Samsung Galaxy A55 em 2026: Ainda Vale a Pena ou Já Era? (Review Sincero)

imagem destaque

Comprar um smartphone intermediário no Brasil sempre foi um exercício de frustração e gestão de expectativas. Você olha para a vitrine e vê a linha Galaxy S brilhando com seus preços proibitivos. Aí você baixa o olhar para os modelos mais baratos e encontra um mar de plástico oco, câmeras que parecem brinquedo e telas que perdem a cor se você olhar um pouco de lado.
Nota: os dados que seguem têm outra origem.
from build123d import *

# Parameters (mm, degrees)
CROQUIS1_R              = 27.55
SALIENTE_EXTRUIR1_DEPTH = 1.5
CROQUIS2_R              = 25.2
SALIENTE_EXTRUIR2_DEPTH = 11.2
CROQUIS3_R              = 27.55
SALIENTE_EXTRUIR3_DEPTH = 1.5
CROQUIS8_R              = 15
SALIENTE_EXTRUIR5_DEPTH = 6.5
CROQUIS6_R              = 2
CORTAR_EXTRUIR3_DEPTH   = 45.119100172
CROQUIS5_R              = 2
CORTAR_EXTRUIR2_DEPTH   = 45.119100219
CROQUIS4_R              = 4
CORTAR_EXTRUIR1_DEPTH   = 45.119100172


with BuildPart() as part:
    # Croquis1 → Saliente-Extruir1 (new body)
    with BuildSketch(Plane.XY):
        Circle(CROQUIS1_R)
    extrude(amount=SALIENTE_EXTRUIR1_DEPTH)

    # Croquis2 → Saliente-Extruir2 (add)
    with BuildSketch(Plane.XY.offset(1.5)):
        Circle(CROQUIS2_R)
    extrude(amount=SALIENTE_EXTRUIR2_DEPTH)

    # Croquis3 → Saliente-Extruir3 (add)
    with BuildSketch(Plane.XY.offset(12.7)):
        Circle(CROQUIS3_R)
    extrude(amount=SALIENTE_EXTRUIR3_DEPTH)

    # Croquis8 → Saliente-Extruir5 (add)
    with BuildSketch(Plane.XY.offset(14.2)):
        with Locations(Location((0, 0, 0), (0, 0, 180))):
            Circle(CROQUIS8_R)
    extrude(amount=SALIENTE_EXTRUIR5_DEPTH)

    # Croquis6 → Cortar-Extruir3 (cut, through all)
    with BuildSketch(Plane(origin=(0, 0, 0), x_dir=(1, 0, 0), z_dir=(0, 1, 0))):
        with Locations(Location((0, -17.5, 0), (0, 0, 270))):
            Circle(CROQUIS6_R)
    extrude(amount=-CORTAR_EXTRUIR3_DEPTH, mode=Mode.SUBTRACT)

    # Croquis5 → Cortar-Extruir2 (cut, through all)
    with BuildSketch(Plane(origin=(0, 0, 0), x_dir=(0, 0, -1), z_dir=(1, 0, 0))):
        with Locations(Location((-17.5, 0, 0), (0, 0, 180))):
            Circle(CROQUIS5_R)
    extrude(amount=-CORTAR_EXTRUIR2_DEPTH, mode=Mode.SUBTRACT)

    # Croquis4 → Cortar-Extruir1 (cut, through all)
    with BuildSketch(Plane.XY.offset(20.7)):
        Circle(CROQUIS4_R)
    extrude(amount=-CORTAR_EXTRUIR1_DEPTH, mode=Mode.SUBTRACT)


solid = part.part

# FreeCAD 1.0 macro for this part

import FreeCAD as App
import Part
import Sketcher
from FreeCAD import Vector

doc = App.newDocument("Part")
body = doc.addObject("PartDesign::Body", "Body")

# Sketch on XY plane
sketch1 = doc.addObject("Sketcher::SketchObject", "Sketch")
body.addObject(sketch1)
sketch1.AttachmentSupport = (doc.XY_Plane, [""])
sketch1.MapMode = "FlatFace"
sketch1.addGeometry(Part.Circle(Vector(0, 0, 0), Vector(0, 0, 1), 28), False)
sketch1.addConstraint([
    Sketcher.Constraint("Coincident", 0, 3, -1, 1),
    Sketcher.Constraint("Diameter", 0, 55.1),
])
pad1 = doc.addObject("PartDesign::Pad", "Pad")
body.addObject(pad1)
pad1.Profile = sketch1
pad1.Length = 1.5

# Sketch on XY plane
sketch2 = doc.addObject("Sketcher::SketchObject", "Sketch001")
body.addObject(sketch2)
sketch2.AttachmentSupport = (doc.XY_Plane, [""])
sketch2.MapMode = "FlatFace"
sketch2.AttachmentOffset = App.Placement(Vector(0, 0, 1.5), App.Rotation())
sketch2.addGeometry(Part.Circle(Vector(0, 0, 0), Vector(0, 0, 1), 25), False)
sketch2.addConstraint([
    Sketcher.Constraint("Coincident", 0, 3, -1, 1),
    Sketcher.Constraint("Diameter", 0, 50.4),
])
pad2 = doc.addObject("PartDesign::Pad", "Pad001")
body.addObject(pad2)
pad2.Profile = sketch2
pad2.Length = 11.2

# Sketch on XY plane
sketch3 = doc.addObject("Sketcher::SketchObject", "Sketch002")
body.addObject(sketch3)
sketch3.AttachmentSupport = (doc.XY_Plane, [""])
sketch3.MapMode = "FlatFace"
sketch3.AttachmentOffset = App.Placement(Vector(0, 0, 12.7), App.Rotation())
sketch3.addGeometry(Part.Circle(Vector(0, 0, 0), Vector(0, 0, 1), 28), False)
sketch3.addConstraint([
    Sketcher.Constraint("Coincident", 0, 3, -1, 1),
    Sketcher.Constraint("Diameter", 0, 55.1),
])
pad3 = doc.addObject("PartDesign::Pad", "Pad002")
body.addObject(pad3)
pad3.Profile = sketch3
pad3.Length = 1.5

# Sketch on XY plane
sketch4 = doc.addObject("Sketcher::SketchObject", "Sketch003")
body.addObject(sketch4)
sketch4.AttachmentSupport = (doc.XY_Plane, [""])
sketch4.MapMode = "FlatFace"
sketch4.AttachmentOffset = App.Placement(Vector(0, 0, 14.2), App.Rotation())
sketch4.addGeometry(Part.Circle(Vector(0, 0, 0), Vector(0, 0, 1), 15), False)
sketch4.addConstraint([
    Sketcher.Constraint("Coincident", 0, 3, -1, 1),
    Sketcher.Constraint("Diameter", 0, 30.0),
])
pad4 = doc.addObject("PartDesign::Pad", "Pad003")
body.addObject(pad4)
pad4.Profile = sketch4
pad4.Length = 6.5

# Sketch on XZ plane
sketch5 = doc.addObject("Sketcher::SketchObject", "Sketch004")
body.addObject(sketch5)
sketch5.AttachmentSupport = (doc.XZ_Plane, [""])
sketch5.MapMode = "FlatFace"
sketch5.addGeometry(Part.Circle(Vector(0, 17.5, 0), Vector(0, 0, 1), 2), False)
sketch5.addConstraint([
    Sketcher.Constraint("PointOnObject", 0, 3, -2),
    Sketcher.Constraint("Diameter", 0, 4.0),
    Sketcher.Constraint("DistanceY", -1, 1, 0, 3, 17.5),
])
pocket1 = doc.addObject("PartDesign::Pocket", "Pocket")
body.addObject(pocket1)
pocket1.Profile = sketch5
pocket1.Type = "ThroughAll"
pocket1.Reversed = True

# Sketch on YZ plane
sketch6 = doc.addObject("Sketcher::SketchObject", "Sketch005")
body.addObject(sketch6)
sketch6.AttachmentSupport = (doc.YZ_Plane, [""])
sketch6.MapMode = "FlatFace"
sketch6.addGeometry(Part.Circle(Vector(0, 17.5, 0), Vector(0, 0, 1), 2), False)
sketch6.addConstraint([
    Sketcher.Constraint("PointOnObject", 0, 3, -2),
    Sketcher.Constraint("Diameter", 0, 4.0),
    Sketcher.Constraint("DistanceY", -1, 1, 0, 3, 17.5),
])
pocket2 = doc.addObject("PartDesign::Pocket", "Pocket001")
body.addObject(pocket2)
pocket2.Profile = sketch6
pocket2.Type = "ThroughAll"

# Sketch on XY plane
sketch7 = doc.addObject("Sketcher::SketchObject", "Sketch006")
body.addObject(sketch7)
sketch7.AttachmentSupport = (doc.XY_Plane, [""])
sketch7.MapMode = "FlatFace"
sketch7.AttachmentOffset = App.Placement(Vector(0, 0, 20.7), App.Rotation())
sketch7.addGeometry(Part.Circle(Vector(0, 0, 0), Vector(0, 0, 1), 4), False)
sketch7.addConstraint([
    Sketcher.Constraint("Coincident", 0, 3, -1, 1),
    Sketcher.Constraint("Diameter", 0, 8.0),
])
pocket3 = doc.addObject("PartDesign::Pocket", "Pocket002")
body.addObject(pocket3)
pocket3.Profile = sketch7
pocket3.Type = "ThroughAll"

doc.recompute()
O Samsung Galaxy A55 5G nasceu para preencher esse abismo, mas agora, em pleno 2026, ele ocupa uma posição curiosa no mercado. Ele não é mais a “novidade fresca”. Ele é o veterano. O preço despencou, tornando-o tentador, mas o medo de comprar tecnologia “datada” assombra qualquer consumidor inteligente.

Pegar o A55 na mão de olhos fechados é uma experiência sensorial que engana o cérebro. O toque frio do alumínio nas laterais (nada de plástico pintado de metal aqui, como na linha A35), o vidro traseiro denso e o peso substancial de 213g gritam “topo de linha”. Por alguns segundos, você jura que está segurando um Galaxy S24 ou S24+. Até você abrir os olhos, ligar a tela e dar de cara com as bordas pretas grossas que denunciam sua categoria.

A pergunta que não quer calar e que motiva esta análise densa é: O Galaxy A55 vale a pena em 2026 ou ele é apenas um celular bonito com um processador cansado?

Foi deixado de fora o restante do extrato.